There are two levels to this MultiIndex, user_id
and cookie
. The value is the browser.
我想要做的是计算用户使用不同浏览器的次数.
What I want to do is to count the number of times a user uses a different browser.
因此对于本例中的用户 1,他只使用了 1 个浏览器.但是对于用户2,他用了三个浏览器(IE7在不同的cookies下出现了两次,所以我算了两次而不是一次)

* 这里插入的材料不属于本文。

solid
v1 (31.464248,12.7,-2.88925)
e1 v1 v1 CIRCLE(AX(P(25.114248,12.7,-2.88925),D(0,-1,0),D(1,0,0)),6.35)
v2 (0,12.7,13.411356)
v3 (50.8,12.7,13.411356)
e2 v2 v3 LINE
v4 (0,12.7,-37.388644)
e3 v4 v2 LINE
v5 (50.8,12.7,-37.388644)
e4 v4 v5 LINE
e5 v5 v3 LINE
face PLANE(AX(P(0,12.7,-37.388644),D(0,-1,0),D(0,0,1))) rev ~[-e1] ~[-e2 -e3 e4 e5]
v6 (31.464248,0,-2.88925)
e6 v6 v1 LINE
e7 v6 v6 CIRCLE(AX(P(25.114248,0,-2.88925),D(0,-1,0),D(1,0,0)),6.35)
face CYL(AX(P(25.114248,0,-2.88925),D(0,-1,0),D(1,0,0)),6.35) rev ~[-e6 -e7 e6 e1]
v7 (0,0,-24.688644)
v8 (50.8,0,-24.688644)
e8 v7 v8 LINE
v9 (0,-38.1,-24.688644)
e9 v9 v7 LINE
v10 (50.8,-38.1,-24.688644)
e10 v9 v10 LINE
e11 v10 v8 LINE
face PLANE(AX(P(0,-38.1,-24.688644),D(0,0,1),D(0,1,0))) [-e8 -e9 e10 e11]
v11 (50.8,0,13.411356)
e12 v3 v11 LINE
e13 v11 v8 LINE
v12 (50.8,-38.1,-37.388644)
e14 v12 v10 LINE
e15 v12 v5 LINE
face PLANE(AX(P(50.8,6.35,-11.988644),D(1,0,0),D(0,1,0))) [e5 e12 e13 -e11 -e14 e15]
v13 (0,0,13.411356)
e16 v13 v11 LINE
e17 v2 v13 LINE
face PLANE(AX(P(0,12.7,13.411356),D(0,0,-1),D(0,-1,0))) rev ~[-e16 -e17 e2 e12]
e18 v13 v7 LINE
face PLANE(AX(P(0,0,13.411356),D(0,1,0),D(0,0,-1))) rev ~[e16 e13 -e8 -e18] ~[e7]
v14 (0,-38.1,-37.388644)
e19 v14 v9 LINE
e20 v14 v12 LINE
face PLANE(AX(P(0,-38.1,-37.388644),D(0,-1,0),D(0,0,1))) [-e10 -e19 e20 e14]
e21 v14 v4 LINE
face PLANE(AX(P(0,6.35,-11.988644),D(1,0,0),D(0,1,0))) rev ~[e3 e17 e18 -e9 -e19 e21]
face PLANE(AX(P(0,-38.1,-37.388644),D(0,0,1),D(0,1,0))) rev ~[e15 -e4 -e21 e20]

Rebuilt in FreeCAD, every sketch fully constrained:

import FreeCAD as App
import Part
import Sketcher
from FreeCAD import Vector
Q = App.Units.Quantity


def add_polygon(sketch, points):
    """Adds a closed chain of lines whose ends are joined by coincident constraints."""
    first, n = sketch.GeometryCount, len(points)
    for a, b in zip(points, points[1:] + points[:1]):
        sketch.addGeometry(Part.LineSegment(App.Vector(*a, 0), App.Vector(*b, 0)), False)
    for i in range(n):
        sketch.addConstraint(Sketcher.Constraint("Coincident", first + i, 2, first + (i + 1) % n, 1))

doc = App.newDocument("Part")
params = doc.addObject("Spreadsheet::Sheet", "Params")
for row, (alias, value) in enumerate([
    ("sketch1_width", "2 in"),
    ("sketch1_width2", "0.5 in"),
    ("pad1_length", "2 in"),
    ("sketch2_diameter", "0.5 in"),
    ("pocket1_length", "1 in"),
], start=1):
    params.set(f"A{row}", alias)
    params.set(f"B{row}", "=" + value)
    params.setAlias(f"B{row}", alias)

body = doc.addObject("PartDesign::Body", "Body")

sketch1 = doc.addObject("Sketcher::SketchObject", "Sketch")
body.addObject(sketch1)
sketch1.AttachmentSupport = (doc.YZ_Plane, [""])
sketch1.MapMode = "FlatFace"
add_polygon(sketch1, [(12.7, 13.411356), (0, 13.411356), (0, -24.688644), (-38.1, -24.688644), (-38.1, -37.388644), (12.7, -37.388644)])
sketch1.addConstraint([
    Sketcher.Constraint("Horizontal", 0),
    Sketcher.Constraint("Vertical", 1),
    Sketcher.Constraint("Horizontal", 2),
    Sketcher.Constraint("Vertical", 3),
    Sketcher.Constraint("Horizontal", 4),
    Sketcher.Constraint("Vertical", 5),
    Sketcher.Constraint("PointOnObject", 0, 2, -2),
    Sketcher.Constraint("Equal", 2, 1),
    Sketcher.Constraint("Equal", 0, 3),
    Sketcher.Constraint("DistanceX", 4, 1, 4, 2, Q("2 in")),
    Sketcher.Constraint("DistanceX", 0, 2, 0, 1, Q("0.5 in")),
    Sketcher.Constraint("DistanceY", -1, 1, 0, 2, 13.411356),
])
sketch1.setExpression("Constraints[15]", "Params.sketch1_width")
sketch1.setExpression("Constraints[16]", "Params.sketch1_width2")
pad1 = doc.addObject("PartDesign::Pad", "Pad")
body.addObject(pad1)
pad1.Profile = sketch1
pad1.setExpression("Length", "Params.pad1_length")

sketch2 = doc.addObject("Sketcher::SketchObject", "Sketch001")
body.addObject(sketch2)
sketch2.AttachmentSupport = (doc.XZ_Plane, [""])
sketch2.MapMode = "FlatFace"
sketch2.addGeometry(Part.Circle(Vector(25.114248, -2.88925, 0), Vector(0, 0, 1), 6.35), False)
sketch2.addConstraint([
    Sketcher.Constraint("Diameter", 0, Q("0.5 in")),
    Sketcher.Constraint("DistanceX", -1, 1, 0, 3, 25.114248),
    Sketcher.Constraint("DistanceY", 0, 3, -1, 1, 2.88925),
])
sketch2.setExpression("Constraints[0]", "Params.sketch2_diameter")
pocket1 = doc.addObject("PartDesign::Pocket", "Pocket")
body.addObject(pocket1)
pocket1.Profile = sketch2
pocket1.setExpression("Length", "Params.pocket1_length")

doc.recompute()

So for user 1 in this case, he only used 1 browser. But for user 2, he used three browsers (IE7 appeared twice under different cookies, so I count it twice instead of once)
我怎样才能遍历它并得到这样的结果:
How can I loop through it and get a result like this:
r = defaultdict(int)
for user_id in multiIndex_series:
for cookie in multiIndex_series[user_id]:
r[user_id] += len(multiIndex_series[user_id][cookie]) # I don't know how to get user_id out of the MultiIndex series
推荐答案
您可以使用 groupby
带有应用 lambda 函数,其中获取扁平 lists
的 length
- 参见 回答了解更多信息:
You can use groupby
with apply lambda function where get length
of flatten lists
- see answer for more info:
df = pd.DataFrame({'user_id':[1,2,2],
'cookie':['1_1','2_1','2_2'],
'browser':[['chrome45'],['IE 7'],['IE 7','IE 8']]})

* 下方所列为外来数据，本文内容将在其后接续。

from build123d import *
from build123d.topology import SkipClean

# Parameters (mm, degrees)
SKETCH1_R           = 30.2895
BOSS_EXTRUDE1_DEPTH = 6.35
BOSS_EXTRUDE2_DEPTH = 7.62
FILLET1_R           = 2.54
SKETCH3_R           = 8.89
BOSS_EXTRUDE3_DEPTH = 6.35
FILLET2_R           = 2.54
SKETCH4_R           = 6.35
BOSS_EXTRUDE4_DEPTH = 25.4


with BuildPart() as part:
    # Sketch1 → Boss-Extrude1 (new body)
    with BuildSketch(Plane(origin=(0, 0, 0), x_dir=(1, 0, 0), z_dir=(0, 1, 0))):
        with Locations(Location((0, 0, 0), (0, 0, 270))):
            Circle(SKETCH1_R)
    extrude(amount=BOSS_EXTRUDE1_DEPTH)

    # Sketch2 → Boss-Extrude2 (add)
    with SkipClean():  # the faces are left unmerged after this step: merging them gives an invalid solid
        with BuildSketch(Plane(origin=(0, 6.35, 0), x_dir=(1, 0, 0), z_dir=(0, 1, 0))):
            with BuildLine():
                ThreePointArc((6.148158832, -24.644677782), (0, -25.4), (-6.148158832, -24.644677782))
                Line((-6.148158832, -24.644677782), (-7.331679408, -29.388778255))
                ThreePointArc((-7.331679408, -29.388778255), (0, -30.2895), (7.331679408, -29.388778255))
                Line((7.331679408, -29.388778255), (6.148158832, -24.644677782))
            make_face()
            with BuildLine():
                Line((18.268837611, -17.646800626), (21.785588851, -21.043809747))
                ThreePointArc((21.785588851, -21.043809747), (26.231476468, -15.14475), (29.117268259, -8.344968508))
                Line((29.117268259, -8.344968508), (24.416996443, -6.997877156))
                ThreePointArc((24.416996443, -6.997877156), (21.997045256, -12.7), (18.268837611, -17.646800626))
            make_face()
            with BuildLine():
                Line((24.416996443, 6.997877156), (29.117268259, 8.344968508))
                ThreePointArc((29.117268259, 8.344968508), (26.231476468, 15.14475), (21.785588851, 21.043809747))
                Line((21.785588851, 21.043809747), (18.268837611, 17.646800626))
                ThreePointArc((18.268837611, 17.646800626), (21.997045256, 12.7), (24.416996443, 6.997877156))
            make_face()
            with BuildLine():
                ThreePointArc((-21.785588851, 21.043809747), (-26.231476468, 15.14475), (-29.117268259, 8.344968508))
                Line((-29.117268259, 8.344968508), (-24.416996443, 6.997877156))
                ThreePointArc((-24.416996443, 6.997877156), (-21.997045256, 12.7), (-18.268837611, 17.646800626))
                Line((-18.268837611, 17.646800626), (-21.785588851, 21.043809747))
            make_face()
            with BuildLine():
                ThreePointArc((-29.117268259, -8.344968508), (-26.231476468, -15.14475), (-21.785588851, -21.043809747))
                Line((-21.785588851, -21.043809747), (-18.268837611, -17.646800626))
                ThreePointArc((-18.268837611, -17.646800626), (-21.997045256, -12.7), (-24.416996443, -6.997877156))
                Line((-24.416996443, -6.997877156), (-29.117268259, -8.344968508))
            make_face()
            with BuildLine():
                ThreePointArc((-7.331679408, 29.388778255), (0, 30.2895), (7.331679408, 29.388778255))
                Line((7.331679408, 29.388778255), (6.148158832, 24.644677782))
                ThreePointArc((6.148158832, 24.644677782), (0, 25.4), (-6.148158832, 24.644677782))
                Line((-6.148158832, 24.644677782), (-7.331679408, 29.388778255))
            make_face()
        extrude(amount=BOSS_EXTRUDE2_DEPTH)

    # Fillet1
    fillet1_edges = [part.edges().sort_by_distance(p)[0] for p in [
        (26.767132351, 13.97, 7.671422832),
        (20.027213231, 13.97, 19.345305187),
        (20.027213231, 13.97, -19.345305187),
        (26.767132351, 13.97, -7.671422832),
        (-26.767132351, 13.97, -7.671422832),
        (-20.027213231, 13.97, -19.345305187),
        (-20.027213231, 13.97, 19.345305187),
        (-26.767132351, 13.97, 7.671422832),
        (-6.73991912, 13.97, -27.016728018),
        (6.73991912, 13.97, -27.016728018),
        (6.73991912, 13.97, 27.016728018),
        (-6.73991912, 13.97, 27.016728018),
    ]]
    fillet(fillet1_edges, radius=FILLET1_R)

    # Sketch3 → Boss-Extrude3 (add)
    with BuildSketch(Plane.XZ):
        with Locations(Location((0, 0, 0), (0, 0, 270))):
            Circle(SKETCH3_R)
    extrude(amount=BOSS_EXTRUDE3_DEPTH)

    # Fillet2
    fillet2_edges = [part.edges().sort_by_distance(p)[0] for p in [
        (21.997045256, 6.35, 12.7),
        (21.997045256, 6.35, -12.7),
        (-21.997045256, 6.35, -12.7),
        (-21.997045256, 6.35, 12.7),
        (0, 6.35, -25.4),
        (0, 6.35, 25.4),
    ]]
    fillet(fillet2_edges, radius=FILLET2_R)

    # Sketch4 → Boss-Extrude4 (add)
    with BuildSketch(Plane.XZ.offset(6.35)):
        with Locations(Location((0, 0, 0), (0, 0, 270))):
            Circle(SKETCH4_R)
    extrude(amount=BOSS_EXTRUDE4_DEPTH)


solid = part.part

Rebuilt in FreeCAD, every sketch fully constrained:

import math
import FreeCAD as App
import Part
import Sketcher
Q = App.Units.Quantity


def edges_at(feature, points):
    """Names of the edges that pass closest to the given points."""
    edges = feature.Shape.Edges
    near = lambda p: min(range(len(edges)), key=lambda i: edges[i].distToShape(Part.Vertex(*p))[0])
    return sorted({f"Edge{near(p) + 1}" for p in points})

doc = App.newDocument("Part")
body = doc.addObject("PartDesign::Body", "Body")

# Sketch on XZ plane
sketch1 = body.newObject("Sketcher::SketchObject", "Sketch")
sketch1.AttachmentSupport = (doc.getObject("XZ_Plane"), [""])
sketch1.MapMode = "FlatFace"
sketch1.addGeometry(Part.Circle(App.Vector(0, 0, 0), App.Vector(0, 0, 1), 30), False)
sketch1.addConstraint([
    Sketcher.Constraint("Coincident", 0, 3, -1, 1),
    Sketcher.Constraint("Diameter", 0, Q("2.385 in")),
])
pad1 = body.newObject("PartDesign::Pad", "Pad")
pad1.Profile = sketch1
pad1.Length = Q("0.25 in")
pad1.Reversed = True

# Sketch on XZ plane
sketch2 = body.newObject("Sketcher::SketchObject", "Sketch001")
sketch2.AttachmentSupport = (doc.getObject("XZ_Plane"), [""])
sketch2.MapMode = "FlatFace"
sketch2.AttachmentOffset = App.Placement(App.Vector(0, 0, -0.25 * 25.4), App.Rotation())
sketch2.addGeometry([
    Part.ArcOfCircle(Part.Circle(App.Vector(0, 0, 0), App.Vector(0, 0, 1), 25.4), math.radians(76), math.radians(104)),  # 0
    Part.LineSegment(App.Vector(-6.1, 24.6, 0), App.Vector(-7.3, 29.4, 0)),  # 1
    Part.ArcOfCircle(Part.Circle(App.Vector(0, 0, 0), App.Vector(0, 0, 1), 30.3), math.radians(76), math.radians(104)),  # 2
    Part.LineSegment(App.Vector(7.3, 29.4, 0), App.Vector(6.1, 24.6, 0)),  # 3
    Part.LineSegment(App.Vector(18.3, 17.6, 0), App.Vector(21.8, 21, 0)),  # 4
    Part.ArcOfCircle(Part.Circle(App.Vector(0, 0, 0), App.Vector(0, 0, 1), 30.3), math.radians(16), math.radians(44)),  # 5
    Part.LineSegment(App.Vector(29.1, 8.3, 0), App.Vector(24.4, 7, 0)),  # 6
    Part.ArcOfCircle(Part.Circle(App.Vector(0, 0, 0), App.Vector(0, 0, 1), 25.4), math.radians(16), math.radians(44)),  # 7
    Part.LineSegment(App.Vector(24.4, -7, 0), App.Vector(29.1, -8.3, 0)),  # 8
    Part.ArcOfCircle(Part.Circle(App.Vector(0, 0, 0), App.Vector(0, 0, 1), 30.3), math.radians(-44), math.radians(-16)),  # 9
    Part.LineSegment(App.Vector(21.8, -21, 0), App.Vector(18.3, -17.6, 0)),  # 10
    Part.ArcOfCircle(Part.Circle(App.Vector(0, 0, 0), App.Vector(0, 0, 1), 25.4), math.radians(-44), math.radians(-16)),  # 11
    Part.ArcOfCircle(Part.Circle(App.Vector(0, 0, 0), App.Vector(0, 0, 1), 30.3), math.radians(-164), math.radians(-136)),  # 12
    Part.LineSegment(App.Vector(-29.1, -8.3, 0), App.Vector(-24.4, -7, 0)),  # 13
    Part.ArcOfCircle(Part.Circle(App.Vector(0, 0, 0), App.Vector(0, 0, 1), 25.4), math.radians(-164), math.radians(-136)),  # 14
    Part.LineSegment(App.Vector(-18.3, -17.6, 0), App.Vector(-21.8, -21, 0)),  # 15
    Part.ArcOfCircle(Part.Circle(App.Vector(0, 0, 0), App.Vector(0, 0, 1), 30.3), math.radians(136), math.radians(164)),  # 16
    Part.LineSegment(App.Vector(-21.8, 21, 0), App.Vector(-18.3, 17.6, 0)),  # 17
    Part.ArcOfCircle(Part.Circle(App.Vector(0, 0, 0), App.Vector(0, 0, 1), 25.4), math.radians(136), math.radians(164)),  # 18
    Part.LineSegment(App.Vector(-24.4, 7, 0), App.Vector(-29.1, 8.3, 0)),  # 19
    Part.ArcOfCircle(Part.Circle(App.Vector(0, 0, 0), App.Vector(0, 0, 1), 30.3), math.radians(-104), math.radians(-76)),  # 20
    Part.LineSegment(App.Vector(-7.3, -29.4, 0), App.Vector(-6.1, -24.6, 0)),  # 21
    Part.ArcOfCircle(Part.Circle(App.Vector(0, 0, 0), App.Vector(0, 0, 1), 25.4), math.radians(-104), math.radians(-76)),  # 22
    Part.LineSegment(App.Vector(6.1, -24.6, 0), App.Vector(7.3, -29.4, 0)),  # 23
], False)
sketch2.addConstraint([
    Sketcher.Constraint("Coincident", 0, 2, 1, 1),
    Sketcher.Constraint("Coincident", 1, 2, 2, 2),
    Sketcher.Constraint("Coincident", 2, 1, 3, 1),
    Sketcher.Constraint("Coincident", 3, 2, 0, 1),
    Sketcher.Constraint("Coincident", 4, 2, 5, 2),
    Sketcher.Constraint("Coincident", 5, 1, 6, 1),
    Sketcher.Constraint("Coincident", 6, 2, 7, 1),
    Sketcher.Constraint("Coincident", 7, 2, 4, 1),
    Sketcher.Constraint("Coincident", 8, 2, 9, 2),
    Sketcher.Constraint("Coincident", 9, 1, 10, 1),
    Sketcher.Constraint("Coincident", 10, 2, 11, 1),
    Sketcher.Constraint("Coincident", 11, 2, 8, 1),
    Sketcher.Constraint("Coincident", 12, 1, 13, 1),
    Sketcher.Constraint("Coincident", 13, 2, 14, 1),
    Sketcher.Constraint("Coincident", 14, 2, 15, 1),
    Sketcher.Constraint("Coincident", 15, 2, 12, 2),
    Sketcher.Constraint("Coincident", 16, 1, 17, 1),
    Sketcher.Constraint("Coincident", 17, 2, 18, 1),
    Sketcher.Constraint("Coincident", 18, 2, 19, 1),
    Sketcher.Constraint("Coincident", 19, 2, 16, 2),
    Sketcher.Constraint("Coincident", 20, 1, 21, 1),
    Sketcher.Constraint("Coincident", 21, 2, 22, 1),
    Sketcher.Constraint("Coincident", 22, 2, 23, 1),
    Sketcher.Constraint("Coincident", 23, 2, 20, 2),
    Sketcher.Constraint("Coincident", 0, 3, -1, 1),
    Sketcher.Constraint("Coincident", 2, 3, -1, 1),
    Sketcher.Constraint("Coincident", 5, 3, -1, 1),
    Sketcher.Constraint("Coincident", 7, 3, -1, 1),
    Sketcher.Constraint("Coincident", 9, 3, -1, 1),
    Sketcher.Constraint("Coincident", 11, 3, -1, 1),
    Sketcher.Constraint("Coincident", 12, 3, -1, 1),
    Sketcher.Constraint("Coincident", 14, 3, -1, 1),
    Sketcher.Constraint("Coincident", 16, 3, -1, 1),
    Sketcher.Constraint("Coincident", 18, 3, -1, 1),
    Sketcher.Constraint("Coincident", 20, 3, -1, 1),
    Sketcher.Constraint("Coincident", 22, 3, -1, 1),
    Sketcher.Constraint("Equal", 2, 5),
    Sketcher.Constraint("Equal", 0, 7),
    Sketcher.Constraint("Equal", 5, 9),
    Sketcher.Constraint("Equal", 7, 11),
    Sketcher.Constraint("Equal", 9, 12),
    Sketcher.Constraint("Equal", 11, 14),
    Sketcher.Constraint("Equal", 12, 16),
    Sketcher.Constraint("Equal", 14, 18),
    Sketcher.Constraint("Equal", 16, 20),
    Sketcher.Constraint("Equal", 18, 22),
    Sketcher.Constraint("Parallel", 6, 13),
    Sketcher.Constraint("Parallel", 4, 15),
    Sketcher.Constraint("Parallel", 10, 17),
    Sketcher.Constraint("Parallel", 8, 19),
    Sketcher.Constraint("Parallel", 3, 21),
    Sketcher.Constraint("Parallel", 1, 23),
    Sketcher.Constraint("Horizontal", 1, 2, 2, 1),
    Sketcher.Constraint("Horizontal", 0, 2, 3, 2),
    Sketcher.Constraint("Horizontal", 8, 2, 12, 1),
    Sketcher.Constraint("Horizontal", 11, 2, 13, 2),
    Sketcher.Constraint("Horizontal", 10, 2, 14, 2),
    Sketcher.Constraint("Horizontal", 9, 1, 15, 2),
    Sketcher.Constraint("Horizontal", 4, 2, 16, 1),
    Sketcher.Constraint("Horizontal", 6, 2, 18, 2),
    Sketcher.Constraint("Horizontal", 21, 2, 22, 2),
    Sketcher.Constraint("Vertical", 5, 1, 8, 2),
    Sketcher.Constraint("Vertical", 4, 2, 9, 1),
    Sketcher.Constraint("Vertical", 1, 2, 20, 1),
    Sketcher.Constraint("Radius", 0, Q("1 in")),
    Sketcher.Constraint("Radius", 2, Q("1.1925 in")),
    Sketcher.Constraint("DistanceY", -1, 1, 7, 2, 17.646801),
    Sketcher.Constraint("DistanceY", 0, 2, 1, 2, 4.7441),
    Sketcher.Constraint("DistanceY", 20, 1, 13, 2, 22.390901),
    Sketcher.Constraint("DistanceX", 0, 2, -1, 1, 6.148159),
    Sketcher.Constraint("DistanceX", -1, 1, 4, 2, 21.785589),
    Sketcher.Constraint("DistanceX", -1, 1, 5, 1, 29.117268),
])
pad2 = body.newObject("PartDesign::Pad", "Pad001")
pad2.Profile = sketch2
pad2.Length = Q("0.3 in")
pad2.Reversed = True
doc.recompute()

fillet = body.newObject("PartDesign::Fillet", "Fillet")
fillet.Base = (pad2, edges_at(pad2, [
    (26.767, 13.97, 7.671),
    (20.027, 13.97, 19.345),
    (20.027, 13.97, -19.345),
    (26.767, 13.97, -7.671),
    (-26.767, 13.97, -7.671),
    (-20.027, 13.97, -19.345),
    (-20.027, 13.97, 19.345),
    (-26.767, 13.97, 7.671),
    (-6.74, 13.97, -27.017),
    (6.74, 13.97, -27.017),
    (6.74, 13.97, 27.017),
    (-6.74, 13.97, 27.017),
]))
fillet.Radius = Q("0.1 in")

# Sketch on XZ plane
sketch3 = body.newObject("Sketcher::SketchObject", "Sketch002")
sketch3.AttachmentSupport = (doc.getObject("XZ_Plane"), [""])
sketch3.MapMode = "FlatFace"
sketch3.addGeometry(Part.Circle(App.Vector(0, 0, 0), App.Vector(0, 0, 1), 9), False)
sketch3.addConstraint([
    Sketcher.Constraint("Coincident", 0, 3, -1, 1),
    Sketcher.Constraint("Diameter", 0, Q("0.7 in")),
])
pad3 = body.newObject("PartDesign::Pad", "Pad002")
pad3.Profile = sketch3
pad3.Length = Q("0.25 in")
doc.recompute()

fillet2 = body.newObject("PartDesign::Fillet", "Fillet001")
fillet2.Base = (pad3, edges_at(pad3, [
    (21.997, 6.35, 12.7),
    (21.997, 6.35, -12.7),
    (-21.997, 6.35, -12.7),
    (-21.997, 6.35, 12.7),
    (0, 6.35, -25.4),
    (0, 6.35, 25.4),
]))
fillet2.Radius = Q("0.1 in")

# Sketch on XZ plane
sketch4 = body.newObject("Sketcher::SketchObject", "Sketch003")
sketch4.AttachmentSupport = (doc.getObject("XZ_Plane"), [""])
sketch4.MapMode = "FlatFace"
sketch4.AttachmentOffset = App.Placement(App.Vector(0, 0, 0.25 * 25.4), App.Rotation())
sketch4.addGeometry(Part.Circle(App.Vector(0, 0, 0), App.Vector(0, 0, 1), 6), False)
sketch4.addConstraint([
    Sketcher.Constraint("Coincident", 0, 3, -1, 1),
    Sketcher.Constraint("Diameter", 0, Q("0.5 in")),
])
pad4 = body.newObject("PartDesign::Pad", "Pad003")
pad4.Profile = sketch4
pad4.Length = Q("1 in")

doc.recompute()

df = df.set_index(['user_id','cookie'])
print (df)
browser
user_id cookie
1 1_1 [chrome45]
2 2_1 [IE 7]
2_2 [IE 7, IE 8]
from itertools import chain
print (df.groupby(level='user_id')['browser']
.apply(lambda x: len(list(chain.from_iterable(x)))))
user_id
1 1
2 3
Name: browser, dtype: int64
代替 lambda
可以使用自定义函数 f
什么是更好的测试方法:
Instead lambda
is possible use custom function f
what is better way for testing:
def f(x):
print (list(chain.from_iterable(x)))
return len(list(chain.from_iterable(x)))
['chrome45']
['IE 7', 'IE 7', 'IE 8']
print (df.groupby(level='user_id')['browser'].apply(f))
user_id
1 1
2 3
Name: browser, dtype: int64
<小时>
如果需要串联循环,一种可能的解决方案是:
If need loop in series, one possible solution is:
for user_id, val in df['browser'].iteritems():
print (user_id)
print (val)
['chrome45']
(2, '2_1')
['IE 7']
(2, '2_2')
['IE 7', 'IE 8']
这篇关于Pandas 如何循环遍历 MultiIndex 系列的文章就介绍到这了,希望我们推荐的答案对大家有所帮助,也希望大家多多支持IT屋!